Problem details: Up to and including the line containing "#15=CARTESIAN_POINT('',(95.16,-9.918797,2.));", retype each line of the listing below exactly, beginning with the first.

╭─ Exercise inputs

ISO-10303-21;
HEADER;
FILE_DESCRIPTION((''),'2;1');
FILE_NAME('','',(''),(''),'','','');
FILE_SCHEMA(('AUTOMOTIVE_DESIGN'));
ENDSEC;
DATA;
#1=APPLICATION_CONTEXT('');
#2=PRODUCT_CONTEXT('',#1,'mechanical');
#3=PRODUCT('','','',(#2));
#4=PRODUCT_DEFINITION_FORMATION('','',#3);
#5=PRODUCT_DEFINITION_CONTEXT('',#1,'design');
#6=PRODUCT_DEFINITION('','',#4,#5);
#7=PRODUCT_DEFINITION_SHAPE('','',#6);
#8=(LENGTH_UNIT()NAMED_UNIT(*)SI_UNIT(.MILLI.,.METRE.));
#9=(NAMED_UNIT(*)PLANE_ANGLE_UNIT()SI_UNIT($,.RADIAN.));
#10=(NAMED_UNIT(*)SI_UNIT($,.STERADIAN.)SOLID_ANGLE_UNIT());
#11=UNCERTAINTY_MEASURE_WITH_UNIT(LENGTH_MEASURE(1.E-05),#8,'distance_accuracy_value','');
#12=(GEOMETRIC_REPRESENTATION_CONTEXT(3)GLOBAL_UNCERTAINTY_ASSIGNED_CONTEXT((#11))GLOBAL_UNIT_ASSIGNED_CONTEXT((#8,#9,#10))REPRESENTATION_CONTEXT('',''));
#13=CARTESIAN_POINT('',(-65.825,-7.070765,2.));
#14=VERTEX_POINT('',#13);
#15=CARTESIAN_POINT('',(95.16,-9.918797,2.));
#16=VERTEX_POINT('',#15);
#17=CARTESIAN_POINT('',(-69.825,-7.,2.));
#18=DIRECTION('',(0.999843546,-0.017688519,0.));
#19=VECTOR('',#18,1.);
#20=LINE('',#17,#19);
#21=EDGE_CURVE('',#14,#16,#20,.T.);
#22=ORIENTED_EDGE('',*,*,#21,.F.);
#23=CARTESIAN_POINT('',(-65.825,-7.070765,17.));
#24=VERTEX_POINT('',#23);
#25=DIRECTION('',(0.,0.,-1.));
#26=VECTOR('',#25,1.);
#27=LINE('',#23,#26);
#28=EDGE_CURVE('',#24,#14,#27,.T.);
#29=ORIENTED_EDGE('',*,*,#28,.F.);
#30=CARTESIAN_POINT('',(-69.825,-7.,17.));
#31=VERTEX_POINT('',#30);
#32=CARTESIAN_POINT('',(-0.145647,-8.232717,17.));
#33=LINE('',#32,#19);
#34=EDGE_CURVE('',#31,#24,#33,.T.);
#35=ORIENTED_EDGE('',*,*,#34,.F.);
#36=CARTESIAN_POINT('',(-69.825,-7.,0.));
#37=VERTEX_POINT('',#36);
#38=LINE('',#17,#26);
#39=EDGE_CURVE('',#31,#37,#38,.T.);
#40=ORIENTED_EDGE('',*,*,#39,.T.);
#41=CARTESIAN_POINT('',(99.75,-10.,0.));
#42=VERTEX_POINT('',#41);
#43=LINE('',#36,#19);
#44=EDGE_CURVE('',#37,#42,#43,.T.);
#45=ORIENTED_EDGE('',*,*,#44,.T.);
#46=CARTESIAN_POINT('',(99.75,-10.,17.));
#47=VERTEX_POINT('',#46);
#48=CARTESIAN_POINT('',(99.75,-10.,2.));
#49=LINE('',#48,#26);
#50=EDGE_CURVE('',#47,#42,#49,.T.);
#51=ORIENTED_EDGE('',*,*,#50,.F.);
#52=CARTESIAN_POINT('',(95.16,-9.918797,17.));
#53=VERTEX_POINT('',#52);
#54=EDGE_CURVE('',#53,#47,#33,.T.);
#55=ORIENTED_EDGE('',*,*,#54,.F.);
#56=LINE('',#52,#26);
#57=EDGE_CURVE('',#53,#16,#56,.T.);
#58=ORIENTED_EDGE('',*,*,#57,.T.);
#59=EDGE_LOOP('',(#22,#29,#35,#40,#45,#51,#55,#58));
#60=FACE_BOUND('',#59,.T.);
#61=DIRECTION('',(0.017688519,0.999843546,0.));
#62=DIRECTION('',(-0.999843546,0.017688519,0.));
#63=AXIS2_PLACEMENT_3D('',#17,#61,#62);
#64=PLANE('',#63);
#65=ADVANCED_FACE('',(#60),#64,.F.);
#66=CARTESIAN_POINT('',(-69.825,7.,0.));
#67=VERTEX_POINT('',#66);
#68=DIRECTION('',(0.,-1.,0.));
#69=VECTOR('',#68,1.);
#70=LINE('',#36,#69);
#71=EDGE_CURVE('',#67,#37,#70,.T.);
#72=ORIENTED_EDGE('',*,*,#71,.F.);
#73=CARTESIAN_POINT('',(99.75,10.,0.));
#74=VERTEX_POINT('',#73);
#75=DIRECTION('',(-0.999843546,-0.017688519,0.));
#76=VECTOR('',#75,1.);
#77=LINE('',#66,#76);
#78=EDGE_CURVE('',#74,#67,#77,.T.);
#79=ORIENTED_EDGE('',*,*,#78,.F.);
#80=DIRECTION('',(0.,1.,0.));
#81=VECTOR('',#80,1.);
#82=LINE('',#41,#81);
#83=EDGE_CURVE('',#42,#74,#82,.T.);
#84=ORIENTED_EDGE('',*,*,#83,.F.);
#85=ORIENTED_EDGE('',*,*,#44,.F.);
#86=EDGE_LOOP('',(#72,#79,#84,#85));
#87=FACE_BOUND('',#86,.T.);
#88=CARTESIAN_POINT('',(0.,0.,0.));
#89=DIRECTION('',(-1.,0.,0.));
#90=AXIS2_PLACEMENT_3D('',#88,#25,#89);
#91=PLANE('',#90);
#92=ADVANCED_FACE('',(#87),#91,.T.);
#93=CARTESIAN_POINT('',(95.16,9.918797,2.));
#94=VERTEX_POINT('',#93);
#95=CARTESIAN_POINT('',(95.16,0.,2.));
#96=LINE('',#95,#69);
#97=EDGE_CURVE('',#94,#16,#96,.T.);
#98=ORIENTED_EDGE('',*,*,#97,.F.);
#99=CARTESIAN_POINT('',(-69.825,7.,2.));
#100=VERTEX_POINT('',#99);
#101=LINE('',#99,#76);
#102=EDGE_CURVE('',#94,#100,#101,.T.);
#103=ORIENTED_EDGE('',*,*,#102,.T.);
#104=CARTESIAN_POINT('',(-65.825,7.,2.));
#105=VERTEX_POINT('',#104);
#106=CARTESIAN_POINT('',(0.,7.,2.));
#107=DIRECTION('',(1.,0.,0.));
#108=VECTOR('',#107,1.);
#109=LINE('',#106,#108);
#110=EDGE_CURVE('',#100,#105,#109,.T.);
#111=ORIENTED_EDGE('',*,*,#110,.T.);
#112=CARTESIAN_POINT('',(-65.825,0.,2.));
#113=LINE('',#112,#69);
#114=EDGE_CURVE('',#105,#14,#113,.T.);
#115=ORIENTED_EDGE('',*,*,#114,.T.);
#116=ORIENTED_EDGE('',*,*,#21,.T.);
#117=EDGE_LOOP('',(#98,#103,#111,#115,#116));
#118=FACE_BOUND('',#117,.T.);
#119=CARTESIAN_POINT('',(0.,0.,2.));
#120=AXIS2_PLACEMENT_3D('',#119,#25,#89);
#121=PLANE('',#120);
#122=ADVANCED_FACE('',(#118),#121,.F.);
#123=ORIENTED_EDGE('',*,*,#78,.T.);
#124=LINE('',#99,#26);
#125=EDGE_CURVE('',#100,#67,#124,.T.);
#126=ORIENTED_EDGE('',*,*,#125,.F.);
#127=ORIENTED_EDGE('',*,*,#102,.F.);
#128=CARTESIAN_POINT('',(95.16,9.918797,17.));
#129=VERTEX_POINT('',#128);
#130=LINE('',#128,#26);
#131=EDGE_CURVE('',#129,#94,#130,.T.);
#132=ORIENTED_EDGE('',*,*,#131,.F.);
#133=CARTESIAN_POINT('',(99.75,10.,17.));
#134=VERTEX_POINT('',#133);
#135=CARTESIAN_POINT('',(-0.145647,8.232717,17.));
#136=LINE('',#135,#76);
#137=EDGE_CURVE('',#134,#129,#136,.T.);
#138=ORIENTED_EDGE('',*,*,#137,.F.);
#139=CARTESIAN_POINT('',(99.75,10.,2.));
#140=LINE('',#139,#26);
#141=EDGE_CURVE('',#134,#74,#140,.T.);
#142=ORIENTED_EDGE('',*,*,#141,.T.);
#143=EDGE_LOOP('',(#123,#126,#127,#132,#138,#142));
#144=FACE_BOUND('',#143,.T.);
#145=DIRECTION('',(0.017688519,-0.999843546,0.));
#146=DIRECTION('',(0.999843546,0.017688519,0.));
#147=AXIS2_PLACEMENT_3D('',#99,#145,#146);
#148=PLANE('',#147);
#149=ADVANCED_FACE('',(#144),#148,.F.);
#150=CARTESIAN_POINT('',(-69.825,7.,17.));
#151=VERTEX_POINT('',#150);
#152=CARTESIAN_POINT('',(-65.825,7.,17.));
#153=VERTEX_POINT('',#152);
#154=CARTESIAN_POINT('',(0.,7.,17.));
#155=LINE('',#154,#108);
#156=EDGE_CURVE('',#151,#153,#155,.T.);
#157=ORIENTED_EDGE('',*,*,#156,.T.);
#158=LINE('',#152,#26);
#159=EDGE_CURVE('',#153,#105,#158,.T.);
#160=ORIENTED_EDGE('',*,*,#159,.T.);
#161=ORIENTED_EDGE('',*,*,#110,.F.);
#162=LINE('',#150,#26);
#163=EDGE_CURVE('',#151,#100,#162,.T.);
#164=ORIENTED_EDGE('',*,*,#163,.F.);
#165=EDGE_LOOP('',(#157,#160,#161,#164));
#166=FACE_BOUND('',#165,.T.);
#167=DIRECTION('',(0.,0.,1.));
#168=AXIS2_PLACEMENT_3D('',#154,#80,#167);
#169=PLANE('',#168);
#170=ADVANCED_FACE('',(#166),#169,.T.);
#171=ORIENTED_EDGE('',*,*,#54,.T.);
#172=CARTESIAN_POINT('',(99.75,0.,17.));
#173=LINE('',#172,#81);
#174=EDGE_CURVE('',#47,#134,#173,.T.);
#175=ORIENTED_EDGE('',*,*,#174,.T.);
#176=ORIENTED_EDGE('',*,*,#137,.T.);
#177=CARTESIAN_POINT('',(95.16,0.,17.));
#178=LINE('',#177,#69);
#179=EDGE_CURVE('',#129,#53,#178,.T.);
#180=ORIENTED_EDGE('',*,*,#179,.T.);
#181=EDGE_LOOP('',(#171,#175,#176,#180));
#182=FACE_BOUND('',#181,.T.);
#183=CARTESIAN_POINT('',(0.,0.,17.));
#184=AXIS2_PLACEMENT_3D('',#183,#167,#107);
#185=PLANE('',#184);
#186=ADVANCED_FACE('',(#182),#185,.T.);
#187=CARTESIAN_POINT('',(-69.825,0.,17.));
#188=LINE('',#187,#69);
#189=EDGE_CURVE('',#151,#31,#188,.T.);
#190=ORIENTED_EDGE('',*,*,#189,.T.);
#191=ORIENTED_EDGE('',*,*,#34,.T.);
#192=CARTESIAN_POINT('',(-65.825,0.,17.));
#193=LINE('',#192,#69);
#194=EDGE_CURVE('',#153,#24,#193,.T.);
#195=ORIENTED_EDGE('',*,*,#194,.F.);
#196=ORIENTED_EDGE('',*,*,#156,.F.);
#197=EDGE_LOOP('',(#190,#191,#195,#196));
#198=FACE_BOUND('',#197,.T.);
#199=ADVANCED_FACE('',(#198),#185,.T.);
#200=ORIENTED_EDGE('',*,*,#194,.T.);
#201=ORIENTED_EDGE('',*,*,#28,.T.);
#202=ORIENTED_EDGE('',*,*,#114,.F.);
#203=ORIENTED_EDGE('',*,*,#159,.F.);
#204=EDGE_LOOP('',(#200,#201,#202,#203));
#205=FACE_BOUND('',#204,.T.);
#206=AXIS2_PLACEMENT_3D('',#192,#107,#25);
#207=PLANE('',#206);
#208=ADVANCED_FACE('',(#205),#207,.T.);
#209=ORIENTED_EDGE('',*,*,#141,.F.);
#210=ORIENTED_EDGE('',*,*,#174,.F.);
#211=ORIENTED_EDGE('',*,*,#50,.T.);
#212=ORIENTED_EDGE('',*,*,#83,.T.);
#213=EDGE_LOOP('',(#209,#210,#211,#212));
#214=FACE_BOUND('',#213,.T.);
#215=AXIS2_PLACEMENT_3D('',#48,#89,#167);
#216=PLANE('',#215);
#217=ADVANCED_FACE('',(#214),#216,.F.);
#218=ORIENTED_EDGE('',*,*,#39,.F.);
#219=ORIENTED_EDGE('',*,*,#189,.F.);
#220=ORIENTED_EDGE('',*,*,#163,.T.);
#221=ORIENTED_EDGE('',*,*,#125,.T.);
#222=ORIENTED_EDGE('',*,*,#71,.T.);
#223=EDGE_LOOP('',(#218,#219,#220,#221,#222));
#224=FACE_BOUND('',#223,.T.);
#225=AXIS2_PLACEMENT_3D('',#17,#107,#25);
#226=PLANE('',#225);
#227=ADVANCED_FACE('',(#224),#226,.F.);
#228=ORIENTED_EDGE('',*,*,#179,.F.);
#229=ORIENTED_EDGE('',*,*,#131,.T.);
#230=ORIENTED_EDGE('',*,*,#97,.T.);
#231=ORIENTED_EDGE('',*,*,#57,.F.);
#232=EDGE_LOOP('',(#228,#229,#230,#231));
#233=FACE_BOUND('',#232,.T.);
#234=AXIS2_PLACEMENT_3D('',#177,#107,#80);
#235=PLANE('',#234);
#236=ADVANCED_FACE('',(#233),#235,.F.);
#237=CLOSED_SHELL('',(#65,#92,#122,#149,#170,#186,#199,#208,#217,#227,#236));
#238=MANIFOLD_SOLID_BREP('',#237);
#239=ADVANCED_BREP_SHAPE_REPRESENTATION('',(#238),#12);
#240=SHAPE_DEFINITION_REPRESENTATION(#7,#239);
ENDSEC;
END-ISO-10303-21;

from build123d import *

# Parameters (mm, degrees)
EXTRUDE_1_DEPTH = 2
EXTRUDE_2_DEPTH = 15


with BuildPart() as part:
    # 스케치1 → 보스-돌출1 (new body)
    with BuildSketch(Plane.XY):
        Polygon((-69.825, -7), (99.75, -10), (99.75, 10), (-69.825, 7), align=None)
    extrude(amount=EXTRUDE_1_DEPTH)

    # 스케치2 → 보스-돌출2 (add)
    with BuildSketch(Plane.XY.offset(2)):
        Polygon((-65.825, 7), (-69.825, 7), (-69.825, -7), (-65.825, -7.070765148), align=None)
        Polygon((99.75, 10), (95.16, 9.918796992), (95.16, -9.918796992), (99.75, -9.918796992), align=None)
        Polygon((99.75, -9.918796992), (95.16, -9.918796992), (99.75, -10), align=None)
    extrude(amount=EXTRUDE_2_DEPTH)


solid = part.part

╰─

Reply to the task:
ISO-10303-21;
HEADER;
FILE_DESCRIPTION((''),'2;1');
FILE_NAME('','',(''),(''),'','','');
FILE_SCHEMA(('AUTOMOTIVE_DESIGN'));
ENDSEC;
DATA;
#1=APPLICATION_CONTEXT('');
#2=PRODUCT_CONTEXT('',#1,'mechanical');
#3=PRODUCT('','','',(#2));
#4=PRODUCT_DEFINITION_FORMATION('','',#3);
#5=PRODUCT_DEFINITION_CONTEXT('',#1,'design');
#6=PRODUCT_DEFINITION('','',#4,#5);
#7=PRODUCT_DEFINITION_SHAPE('','',#6);
#8=(LENGTH_UNIT()NAMED_UNIT(*)SI_UNIT(.MILLI.,.METRE.));
#9=(NAMED_UNIT(*)PLANE_ANGLE_UNIT()SI_UNIT($,.RADIAN.));
#10=(NAMED_UNIT(*)SI_UNIT($,.STERADIAN.)SOLID_ANGLE_UNIT());
#11=UNCERTAINTY_MEASURE_WITH_UNIT(LENGTH_MEASURE(1.E-05),#8,'distance_accuracy_value','');
#12=(GEOMETRIC_REPRESENTATION_CONTEXT(3)GLOBAL_UNCERTAINTY_ASSIGNED_CONTEXT((#11))GLOBAL_UNIT_ASSIGNED_CONTEXT((#8,#9,#10))REPRESENTATION_CONTEXT('',''));
#13=CARTESIAN_POINT('',(-65.825,-7.070765,2.));
#14=VERTEX_POINT('',#13);
#15=CARTESIAN_POINT('',(95.16,-9.918797,2.));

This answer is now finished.